Women undergoing root canal treatment may experience increased dental anxiety during certain phases of their menstrual cycle, likely linked to lower estrogen levels, according to a study recently published in Scientific Reports.
By considering the phases of the menstrual cycle, clinicians can better predict stress and provide more personalized care that can improve treatment outcomes, the authors wrote.
“Our findings show that women are particularly vulnerable to increased dental stress during both the menstrual and secretory phases of their cycle,” wrote the authors, led by Merve Çoban Öksüzer of Pamukkale University in Denizli, Turkey.Sci RepOctober 10, 2025, Vol. 15:1, 35442).
Dental anxiety is common among patients and often leads to delay or avoidance of treatment. Research shows that women cope better with stress during the reproductive phase, when estrogen levels rise, but experience more stress during the secretion phase, when estrogen falls. This study aimed to examine how the menstrual, proliferative and secretory phases possibly influence dental anxiety in women prior to root canal treatment.
The analytic cross-sectional study included 259 participants aged 18 to 50 years, of whom 191 were women requiring root canal treatment. Female participants were categorized into menstrual (Days 1 to 4), proliferative (Days 5 to 14) and secretory (Days 15 to 28) phases based on self-reported cycle data, they wrote.
Males were included as a comparison group to assess gender differences. Anxiety levels were measured using the Modified Dental Anxiety Scale (MDAS), the State Trait Anxiety Inventory (STAI), and physiological indicators such as blood pressure and oxygen saturation. Data was collected from September 2023 to October 2024.

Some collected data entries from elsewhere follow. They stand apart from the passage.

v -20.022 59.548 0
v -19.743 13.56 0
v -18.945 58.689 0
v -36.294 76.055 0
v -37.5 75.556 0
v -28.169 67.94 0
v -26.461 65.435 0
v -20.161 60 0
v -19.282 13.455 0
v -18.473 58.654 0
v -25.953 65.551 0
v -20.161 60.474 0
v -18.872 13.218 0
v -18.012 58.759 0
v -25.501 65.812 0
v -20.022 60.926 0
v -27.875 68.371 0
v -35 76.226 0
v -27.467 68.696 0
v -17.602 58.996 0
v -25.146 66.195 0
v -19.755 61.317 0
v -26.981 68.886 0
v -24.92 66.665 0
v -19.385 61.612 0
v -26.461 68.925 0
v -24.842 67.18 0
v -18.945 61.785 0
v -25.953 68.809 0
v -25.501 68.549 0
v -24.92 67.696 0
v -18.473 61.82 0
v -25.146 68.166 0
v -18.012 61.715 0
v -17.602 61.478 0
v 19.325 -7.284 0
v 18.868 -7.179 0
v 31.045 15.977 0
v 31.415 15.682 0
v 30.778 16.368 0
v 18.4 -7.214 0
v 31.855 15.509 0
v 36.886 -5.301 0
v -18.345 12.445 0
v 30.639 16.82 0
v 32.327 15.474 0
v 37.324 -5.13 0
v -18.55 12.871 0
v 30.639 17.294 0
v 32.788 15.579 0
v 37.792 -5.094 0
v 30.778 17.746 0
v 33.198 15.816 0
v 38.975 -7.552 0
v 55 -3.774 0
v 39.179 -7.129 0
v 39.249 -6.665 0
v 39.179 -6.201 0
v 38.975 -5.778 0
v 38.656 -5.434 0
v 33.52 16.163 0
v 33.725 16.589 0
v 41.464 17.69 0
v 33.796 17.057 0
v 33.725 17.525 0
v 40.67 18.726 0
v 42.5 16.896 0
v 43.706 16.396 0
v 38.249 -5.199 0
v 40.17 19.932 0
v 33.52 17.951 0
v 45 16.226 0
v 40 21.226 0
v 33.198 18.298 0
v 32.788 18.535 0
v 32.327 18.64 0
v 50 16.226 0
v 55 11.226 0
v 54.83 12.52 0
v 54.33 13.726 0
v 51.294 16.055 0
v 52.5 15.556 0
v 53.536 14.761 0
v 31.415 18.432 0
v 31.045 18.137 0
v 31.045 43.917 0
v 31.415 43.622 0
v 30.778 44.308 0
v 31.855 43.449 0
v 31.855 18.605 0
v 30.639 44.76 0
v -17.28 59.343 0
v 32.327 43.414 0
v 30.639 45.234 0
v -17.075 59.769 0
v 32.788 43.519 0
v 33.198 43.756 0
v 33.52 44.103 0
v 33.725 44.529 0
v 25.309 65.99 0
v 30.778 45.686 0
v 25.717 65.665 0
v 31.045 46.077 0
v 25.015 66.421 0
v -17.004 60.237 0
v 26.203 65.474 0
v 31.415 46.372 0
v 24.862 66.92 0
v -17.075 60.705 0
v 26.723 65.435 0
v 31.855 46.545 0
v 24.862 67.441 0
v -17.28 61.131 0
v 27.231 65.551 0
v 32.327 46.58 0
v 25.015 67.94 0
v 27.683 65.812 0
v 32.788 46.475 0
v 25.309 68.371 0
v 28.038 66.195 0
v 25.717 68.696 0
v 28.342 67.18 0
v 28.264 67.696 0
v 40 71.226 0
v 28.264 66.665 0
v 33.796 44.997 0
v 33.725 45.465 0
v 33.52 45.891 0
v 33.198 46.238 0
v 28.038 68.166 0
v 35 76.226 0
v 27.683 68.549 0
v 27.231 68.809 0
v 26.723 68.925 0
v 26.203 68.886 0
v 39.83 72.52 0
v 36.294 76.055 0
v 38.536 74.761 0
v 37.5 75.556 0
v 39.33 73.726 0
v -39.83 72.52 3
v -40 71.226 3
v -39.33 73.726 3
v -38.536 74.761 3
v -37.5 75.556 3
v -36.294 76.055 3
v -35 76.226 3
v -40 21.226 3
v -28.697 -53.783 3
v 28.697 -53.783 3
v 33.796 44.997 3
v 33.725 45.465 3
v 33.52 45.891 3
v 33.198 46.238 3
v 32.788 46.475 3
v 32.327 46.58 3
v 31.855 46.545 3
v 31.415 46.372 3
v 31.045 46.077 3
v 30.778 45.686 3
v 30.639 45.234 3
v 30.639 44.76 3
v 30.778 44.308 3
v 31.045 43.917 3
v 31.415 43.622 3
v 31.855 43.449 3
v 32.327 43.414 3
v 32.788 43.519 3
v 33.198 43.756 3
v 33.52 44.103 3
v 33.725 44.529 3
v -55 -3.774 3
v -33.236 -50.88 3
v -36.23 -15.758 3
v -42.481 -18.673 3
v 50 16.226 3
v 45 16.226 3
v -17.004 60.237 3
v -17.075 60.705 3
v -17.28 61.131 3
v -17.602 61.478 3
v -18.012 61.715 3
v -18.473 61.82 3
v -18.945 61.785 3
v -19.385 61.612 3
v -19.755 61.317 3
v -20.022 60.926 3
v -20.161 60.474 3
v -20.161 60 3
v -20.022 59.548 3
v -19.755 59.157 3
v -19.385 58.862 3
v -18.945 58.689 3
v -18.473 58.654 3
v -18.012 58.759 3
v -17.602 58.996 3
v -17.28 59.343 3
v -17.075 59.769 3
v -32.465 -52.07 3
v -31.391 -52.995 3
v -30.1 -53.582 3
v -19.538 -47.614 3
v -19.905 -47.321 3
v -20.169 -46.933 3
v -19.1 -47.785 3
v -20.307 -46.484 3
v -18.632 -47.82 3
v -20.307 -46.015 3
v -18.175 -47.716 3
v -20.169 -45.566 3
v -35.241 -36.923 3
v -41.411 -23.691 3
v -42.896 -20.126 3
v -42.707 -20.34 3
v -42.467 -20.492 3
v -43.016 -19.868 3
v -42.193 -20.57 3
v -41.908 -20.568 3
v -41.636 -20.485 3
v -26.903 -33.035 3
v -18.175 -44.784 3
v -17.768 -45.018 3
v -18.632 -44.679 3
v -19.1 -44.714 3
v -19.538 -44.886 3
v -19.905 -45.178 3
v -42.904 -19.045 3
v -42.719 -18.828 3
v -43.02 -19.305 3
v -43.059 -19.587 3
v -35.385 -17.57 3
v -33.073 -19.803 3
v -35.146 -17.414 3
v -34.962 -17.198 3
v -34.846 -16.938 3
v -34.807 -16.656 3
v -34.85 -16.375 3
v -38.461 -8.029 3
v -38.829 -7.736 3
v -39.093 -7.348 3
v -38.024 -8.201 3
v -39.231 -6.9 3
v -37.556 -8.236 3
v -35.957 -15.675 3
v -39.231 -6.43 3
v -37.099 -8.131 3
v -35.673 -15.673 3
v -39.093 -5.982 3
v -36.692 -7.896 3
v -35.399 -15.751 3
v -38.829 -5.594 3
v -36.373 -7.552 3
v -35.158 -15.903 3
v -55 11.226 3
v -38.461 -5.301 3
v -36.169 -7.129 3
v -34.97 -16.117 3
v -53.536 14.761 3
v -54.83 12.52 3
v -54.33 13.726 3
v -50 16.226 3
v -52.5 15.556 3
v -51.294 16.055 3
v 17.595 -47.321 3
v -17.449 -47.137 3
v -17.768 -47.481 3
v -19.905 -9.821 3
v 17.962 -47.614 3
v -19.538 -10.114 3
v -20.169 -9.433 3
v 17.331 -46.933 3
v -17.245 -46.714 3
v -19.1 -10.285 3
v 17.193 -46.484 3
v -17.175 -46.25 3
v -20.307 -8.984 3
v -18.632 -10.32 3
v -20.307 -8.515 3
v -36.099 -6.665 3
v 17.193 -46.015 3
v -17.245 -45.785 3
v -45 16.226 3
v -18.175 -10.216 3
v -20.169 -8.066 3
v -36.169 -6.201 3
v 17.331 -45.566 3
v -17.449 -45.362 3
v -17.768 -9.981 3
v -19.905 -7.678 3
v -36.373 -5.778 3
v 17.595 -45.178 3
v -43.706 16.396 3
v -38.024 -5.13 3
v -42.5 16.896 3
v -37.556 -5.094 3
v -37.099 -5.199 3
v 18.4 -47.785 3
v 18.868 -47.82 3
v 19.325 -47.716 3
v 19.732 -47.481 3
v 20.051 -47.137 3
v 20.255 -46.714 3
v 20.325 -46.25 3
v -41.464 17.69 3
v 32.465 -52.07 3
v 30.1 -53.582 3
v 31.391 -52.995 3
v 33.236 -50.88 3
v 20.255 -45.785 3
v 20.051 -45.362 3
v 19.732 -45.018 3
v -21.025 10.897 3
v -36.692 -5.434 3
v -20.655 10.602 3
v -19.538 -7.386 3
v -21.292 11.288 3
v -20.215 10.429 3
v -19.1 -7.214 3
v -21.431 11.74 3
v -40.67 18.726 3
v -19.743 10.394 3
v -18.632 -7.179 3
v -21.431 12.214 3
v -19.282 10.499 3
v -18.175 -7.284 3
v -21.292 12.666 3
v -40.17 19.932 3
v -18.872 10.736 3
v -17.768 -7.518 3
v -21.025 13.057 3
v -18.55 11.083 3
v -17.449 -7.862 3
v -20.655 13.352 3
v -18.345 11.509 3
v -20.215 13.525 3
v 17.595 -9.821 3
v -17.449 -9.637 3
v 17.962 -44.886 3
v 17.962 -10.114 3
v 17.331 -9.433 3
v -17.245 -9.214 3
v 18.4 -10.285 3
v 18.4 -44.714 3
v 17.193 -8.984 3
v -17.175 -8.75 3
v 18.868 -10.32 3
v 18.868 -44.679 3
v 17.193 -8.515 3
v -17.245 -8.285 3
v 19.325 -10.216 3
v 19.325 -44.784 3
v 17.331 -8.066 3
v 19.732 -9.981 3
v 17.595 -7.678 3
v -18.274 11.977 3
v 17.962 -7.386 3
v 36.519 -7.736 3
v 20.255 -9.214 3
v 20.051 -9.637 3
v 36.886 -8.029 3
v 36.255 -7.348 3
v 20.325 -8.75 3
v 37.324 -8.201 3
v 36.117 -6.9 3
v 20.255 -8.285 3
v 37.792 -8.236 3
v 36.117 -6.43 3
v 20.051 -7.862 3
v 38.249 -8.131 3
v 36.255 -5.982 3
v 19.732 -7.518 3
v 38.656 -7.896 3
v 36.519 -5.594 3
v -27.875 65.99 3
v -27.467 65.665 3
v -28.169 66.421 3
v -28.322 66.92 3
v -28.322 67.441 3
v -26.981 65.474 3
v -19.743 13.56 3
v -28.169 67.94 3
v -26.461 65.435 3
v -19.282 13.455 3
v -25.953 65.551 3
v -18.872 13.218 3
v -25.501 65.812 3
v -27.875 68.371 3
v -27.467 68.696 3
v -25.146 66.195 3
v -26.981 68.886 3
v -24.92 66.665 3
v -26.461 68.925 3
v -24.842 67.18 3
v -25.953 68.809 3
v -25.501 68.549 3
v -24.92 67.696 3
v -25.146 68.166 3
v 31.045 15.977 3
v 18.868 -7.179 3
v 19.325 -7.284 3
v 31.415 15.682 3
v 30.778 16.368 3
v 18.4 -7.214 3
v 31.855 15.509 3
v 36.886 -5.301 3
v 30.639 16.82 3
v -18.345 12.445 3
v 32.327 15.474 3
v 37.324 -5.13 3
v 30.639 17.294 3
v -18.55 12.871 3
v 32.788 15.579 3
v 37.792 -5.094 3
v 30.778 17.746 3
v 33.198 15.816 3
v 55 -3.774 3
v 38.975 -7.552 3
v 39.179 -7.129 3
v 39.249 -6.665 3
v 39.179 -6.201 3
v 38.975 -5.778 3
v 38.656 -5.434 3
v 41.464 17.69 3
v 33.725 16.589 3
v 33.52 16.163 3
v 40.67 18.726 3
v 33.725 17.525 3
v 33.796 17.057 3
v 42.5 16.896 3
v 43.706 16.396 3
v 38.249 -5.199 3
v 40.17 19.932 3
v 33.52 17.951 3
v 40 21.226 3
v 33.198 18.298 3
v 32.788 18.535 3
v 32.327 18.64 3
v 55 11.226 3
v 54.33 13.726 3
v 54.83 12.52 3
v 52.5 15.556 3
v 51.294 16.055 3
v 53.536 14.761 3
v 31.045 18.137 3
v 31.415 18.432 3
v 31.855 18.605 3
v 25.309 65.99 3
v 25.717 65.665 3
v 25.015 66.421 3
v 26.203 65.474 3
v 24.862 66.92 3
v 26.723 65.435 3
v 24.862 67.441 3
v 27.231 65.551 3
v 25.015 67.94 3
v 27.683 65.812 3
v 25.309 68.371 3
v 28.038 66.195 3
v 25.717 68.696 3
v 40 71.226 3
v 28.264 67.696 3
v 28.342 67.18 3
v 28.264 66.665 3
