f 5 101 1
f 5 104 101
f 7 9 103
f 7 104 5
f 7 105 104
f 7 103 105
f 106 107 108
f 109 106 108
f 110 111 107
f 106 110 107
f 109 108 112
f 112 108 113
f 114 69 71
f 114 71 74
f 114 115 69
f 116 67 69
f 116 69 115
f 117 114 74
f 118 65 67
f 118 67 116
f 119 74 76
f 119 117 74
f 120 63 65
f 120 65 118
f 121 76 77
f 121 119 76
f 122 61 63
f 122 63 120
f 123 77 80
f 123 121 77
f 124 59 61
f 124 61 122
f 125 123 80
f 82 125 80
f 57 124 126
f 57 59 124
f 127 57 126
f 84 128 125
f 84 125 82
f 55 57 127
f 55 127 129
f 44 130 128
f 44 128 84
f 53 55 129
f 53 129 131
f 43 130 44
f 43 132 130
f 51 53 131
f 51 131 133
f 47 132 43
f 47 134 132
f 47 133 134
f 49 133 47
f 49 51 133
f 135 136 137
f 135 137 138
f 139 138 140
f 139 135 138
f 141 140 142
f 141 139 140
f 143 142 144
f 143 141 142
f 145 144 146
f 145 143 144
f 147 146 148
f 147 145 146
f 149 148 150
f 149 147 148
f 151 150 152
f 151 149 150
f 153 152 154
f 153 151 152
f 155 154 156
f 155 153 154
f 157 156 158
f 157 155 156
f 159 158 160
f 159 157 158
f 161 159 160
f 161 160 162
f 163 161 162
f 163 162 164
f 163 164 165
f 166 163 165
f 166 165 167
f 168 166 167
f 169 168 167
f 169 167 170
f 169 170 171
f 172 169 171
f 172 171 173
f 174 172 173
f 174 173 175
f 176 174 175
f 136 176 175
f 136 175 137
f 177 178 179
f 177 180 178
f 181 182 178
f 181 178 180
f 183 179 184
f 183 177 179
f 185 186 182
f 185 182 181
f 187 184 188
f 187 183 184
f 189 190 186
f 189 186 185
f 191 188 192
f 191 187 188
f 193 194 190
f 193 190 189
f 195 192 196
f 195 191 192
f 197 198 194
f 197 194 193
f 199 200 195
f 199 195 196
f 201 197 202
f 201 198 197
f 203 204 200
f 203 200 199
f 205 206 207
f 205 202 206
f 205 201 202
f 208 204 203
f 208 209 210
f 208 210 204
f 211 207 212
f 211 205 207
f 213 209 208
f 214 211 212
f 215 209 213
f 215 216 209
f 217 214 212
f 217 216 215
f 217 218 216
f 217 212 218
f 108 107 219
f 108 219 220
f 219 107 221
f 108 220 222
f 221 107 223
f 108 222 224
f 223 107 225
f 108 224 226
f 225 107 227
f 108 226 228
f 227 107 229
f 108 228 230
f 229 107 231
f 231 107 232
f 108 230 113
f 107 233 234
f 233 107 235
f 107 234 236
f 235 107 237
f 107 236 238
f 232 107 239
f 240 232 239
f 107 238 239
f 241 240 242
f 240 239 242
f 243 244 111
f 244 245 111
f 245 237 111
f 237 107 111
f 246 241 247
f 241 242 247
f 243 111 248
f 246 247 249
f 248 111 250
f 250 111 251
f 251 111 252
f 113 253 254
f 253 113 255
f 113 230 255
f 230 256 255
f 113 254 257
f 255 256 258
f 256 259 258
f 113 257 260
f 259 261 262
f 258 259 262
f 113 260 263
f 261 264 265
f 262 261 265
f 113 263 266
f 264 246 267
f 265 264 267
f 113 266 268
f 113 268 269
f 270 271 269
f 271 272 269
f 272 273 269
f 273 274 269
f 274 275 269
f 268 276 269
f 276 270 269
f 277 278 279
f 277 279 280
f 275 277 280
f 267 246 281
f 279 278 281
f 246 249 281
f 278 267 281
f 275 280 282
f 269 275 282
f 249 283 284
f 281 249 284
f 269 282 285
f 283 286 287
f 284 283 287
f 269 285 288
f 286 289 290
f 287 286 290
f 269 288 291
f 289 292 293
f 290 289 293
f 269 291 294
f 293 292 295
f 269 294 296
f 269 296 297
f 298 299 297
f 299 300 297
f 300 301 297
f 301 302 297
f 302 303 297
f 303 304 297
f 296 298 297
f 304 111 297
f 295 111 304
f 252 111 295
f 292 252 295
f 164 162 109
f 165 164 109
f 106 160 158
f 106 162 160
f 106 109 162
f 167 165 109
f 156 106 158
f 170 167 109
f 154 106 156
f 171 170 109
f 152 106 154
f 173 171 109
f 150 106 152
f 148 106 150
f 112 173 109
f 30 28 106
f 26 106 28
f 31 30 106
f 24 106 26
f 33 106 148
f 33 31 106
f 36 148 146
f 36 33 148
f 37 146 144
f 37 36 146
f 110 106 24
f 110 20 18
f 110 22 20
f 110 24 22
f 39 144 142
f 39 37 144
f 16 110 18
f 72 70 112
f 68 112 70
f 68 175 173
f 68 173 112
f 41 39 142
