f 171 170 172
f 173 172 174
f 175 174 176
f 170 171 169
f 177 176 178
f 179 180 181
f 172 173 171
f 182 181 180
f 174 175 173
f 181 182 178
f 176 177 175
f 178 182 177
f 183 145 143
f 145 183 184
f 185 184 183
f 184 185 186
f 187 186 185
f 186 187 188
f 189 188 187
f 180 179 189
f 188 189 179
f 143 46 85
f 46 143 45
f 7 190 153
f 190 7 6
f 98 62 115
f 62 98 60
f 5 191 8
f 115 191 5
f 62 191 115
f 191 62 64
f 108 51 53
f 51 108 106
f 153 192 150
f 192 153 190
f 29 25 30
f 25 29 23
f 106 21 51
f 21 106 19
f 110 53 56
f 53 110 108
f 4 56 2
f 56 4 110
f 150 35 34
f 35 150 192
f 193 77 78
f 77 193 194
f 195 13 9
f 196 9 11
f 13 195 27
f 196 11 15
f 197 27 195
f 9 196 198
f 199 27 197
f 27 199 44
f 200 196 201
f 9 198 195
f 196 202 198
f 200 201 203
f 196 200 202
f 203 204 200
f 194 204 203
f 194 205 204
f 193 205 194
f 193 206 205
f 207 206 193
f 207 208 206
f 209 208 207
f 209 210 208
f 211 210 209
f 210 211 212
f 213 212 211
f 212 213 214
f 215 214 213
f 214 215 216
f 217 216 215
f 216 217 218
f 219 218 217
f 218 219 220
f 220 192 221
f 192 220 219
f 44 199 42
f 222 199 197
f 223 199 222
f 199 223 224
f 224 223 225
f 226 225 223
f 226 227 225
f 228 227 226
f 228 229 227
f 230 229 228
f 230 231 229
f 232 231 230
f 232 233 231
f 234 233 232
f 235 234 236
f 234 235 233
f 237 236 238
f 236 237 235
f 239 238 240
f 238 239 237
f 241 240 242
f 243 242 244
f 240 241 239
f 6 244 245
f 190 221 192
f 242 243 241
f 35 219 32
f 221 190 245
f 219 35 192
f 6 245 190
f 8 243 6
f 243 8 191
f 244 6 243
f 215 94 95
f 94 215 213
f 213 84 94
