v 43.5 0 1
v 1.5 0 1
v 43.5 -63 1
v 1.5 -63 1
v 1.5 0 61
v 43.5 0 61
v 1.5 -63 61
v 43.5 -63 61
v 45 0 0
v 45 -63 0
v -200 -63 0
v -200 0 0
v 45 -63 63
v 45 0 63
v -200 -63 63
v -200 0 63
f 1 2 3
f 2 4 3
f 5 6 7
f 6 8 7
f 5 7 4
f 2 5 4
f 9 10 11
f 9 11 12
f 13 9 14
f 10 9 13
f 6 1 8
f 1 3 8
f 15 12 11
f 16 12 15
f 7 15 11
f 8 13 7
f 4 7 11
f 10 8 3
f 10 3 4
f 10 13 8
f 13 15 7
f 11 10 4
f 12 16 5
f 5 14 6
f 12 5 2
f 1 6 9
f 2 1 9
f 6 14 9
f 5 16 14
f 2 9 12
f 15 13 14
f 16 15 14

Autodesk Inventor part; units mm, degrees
ref_plane "YZ Plane" through (0, 0, 0) normal (1, 0, 0) x (0, 1, 0)
ref_plane "XZ Plane" through (0, 0, 0) normal (0, 1, 0) x (-1, 0, 0)
ref_plane "XY Plane" through (0, 0, 0) normal (0, 0, 1) x (1, 0, 0)
sketch "Sketch7" plane through (0, 0, 0) normal (0, 0, 1) x (1, 0, 0)
  line L0 (0, 0) -> (45, 0)
  line L1 (45, 0) -> (45, -63)
  line L2 (45, -63) -> (0, -63)
  line L3 (0, -63) -> (0, 0)
  dimension "d19" = 45
  dimension "d20" = 63
extrude "Extrusion3" add sketch "Sketch7" along normal blind 63
sketch "Sketch8" plane through (0, -63, 0) normal (0, -1, 0) x (1, 0, 0)
  line L0 (0, 0) -> (45, 0) projected
  line L1 (1.5, 0) -> (0, 0)
  line L2 (1.5, 1) -> (43.5, 1)
  line L3 (43.5, 1) -> (43.5, 61)
  line L4 (43.5, 61) -> (1.5, 61)
  line L5 (1.5, 61) -> (1.5, 1)
  dimension "d26" = 42
  dimension "d27" = 60
extrude "Extrusion4" cut sketch "Sketch8" against normal blind 63
sketch "Sketch9" plane through (0, 0, 63) normal (0, 0, 1) x (1, 0, 0)
  point P0 (0, 0)
sketch "Sketch10" plane through (0, -63, 0) normal (-1, 0, 0) x (0, 0, 1)
  line L0 (63, 0) -> (63, 63) projected
  line L1 (63, 0) -> (0, 0)
  line L2 (0, 0) -> (0, 6.1882)
  line L3 (0, 6.1882) -> (63, 6.1882)
  line L4 (63, 6.1882) -> (63, 0)
  point P0 (0, 63)
extrude "Extrusion5" add sketch "Sketch10" along normal blind 200
sketch "Sketch11" plane through (0, 0, 0) normal (-1, 0, 0) x (0, 0, 1)
  line L0 (63, -63) -> (63, 0) projected
  line L1 (0, 0) -> (0, -56.8118) projected
  line L2 (63, 0) -> (0, 0)
  line L3 (0, 0) -> (0, -56.8129)
  line L4 (0, -56.8129) -> (63, -56.8129)
  line L5 (63, -56.8129) -> (63, 0)
extrude "Extrusion6" add sketch "Sketch11" along normal blind 200
equation "\"BendRadius\" = Thickness"
equation "\"BendReliefWidth\" = Thickness"
equation "\"BendReliefDepth\" = 0.5 * Thickness"
equation "\"CornerReliefSize\" = 4 * Thickness"
equation "\"MinimumRemnant\" = 2 * Thickness"
equation "\"TransitionRadius\" = BendRadius"
equation "\"JacobiRadiusSize\" = BendRadius"
equation "\"GapSize\" = Thickness"
equation "\"Thickness\" = 0.5"
properties part number "soporte para motor"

Menstrual and secretory phase women showed significantly higher MDAS and STAI-trait (T) scores than men (p < 0.001). In addition, STAI-state (S) scores were higher in all three menstrual phases compared to men (p = 0.001). Regression analysis confirmed that these associations remained significant after adjustment for confounders, while age, education, preoperative pain, and physiological measures had no significant effect, they wrote.
Menstrual phase was associated with a mean increase of 3.5 points in MDAS scores (p < 0.001), and both menstrual and secretory phases increased anxiety in all models. Overall, hormonal cycle phases explained about 4% to 6% of the anxiety score variance, and a strong positive correlation was found between the MDAS and STAI-S and STAI-T scores.
However, the study had limitations. Uncontrolled factors such as previous dental experiences, sleep quality and lifestyle habits may have influenced the relationship between menstrual cycle phases and stress levels, the authors added.
“By considering the phase of the menstrual cycle when planning and delivering dental care, practitioners can develop more personalized approaches that improve patient comfort, satisfaction, and overall treatment outcome,” they concluded.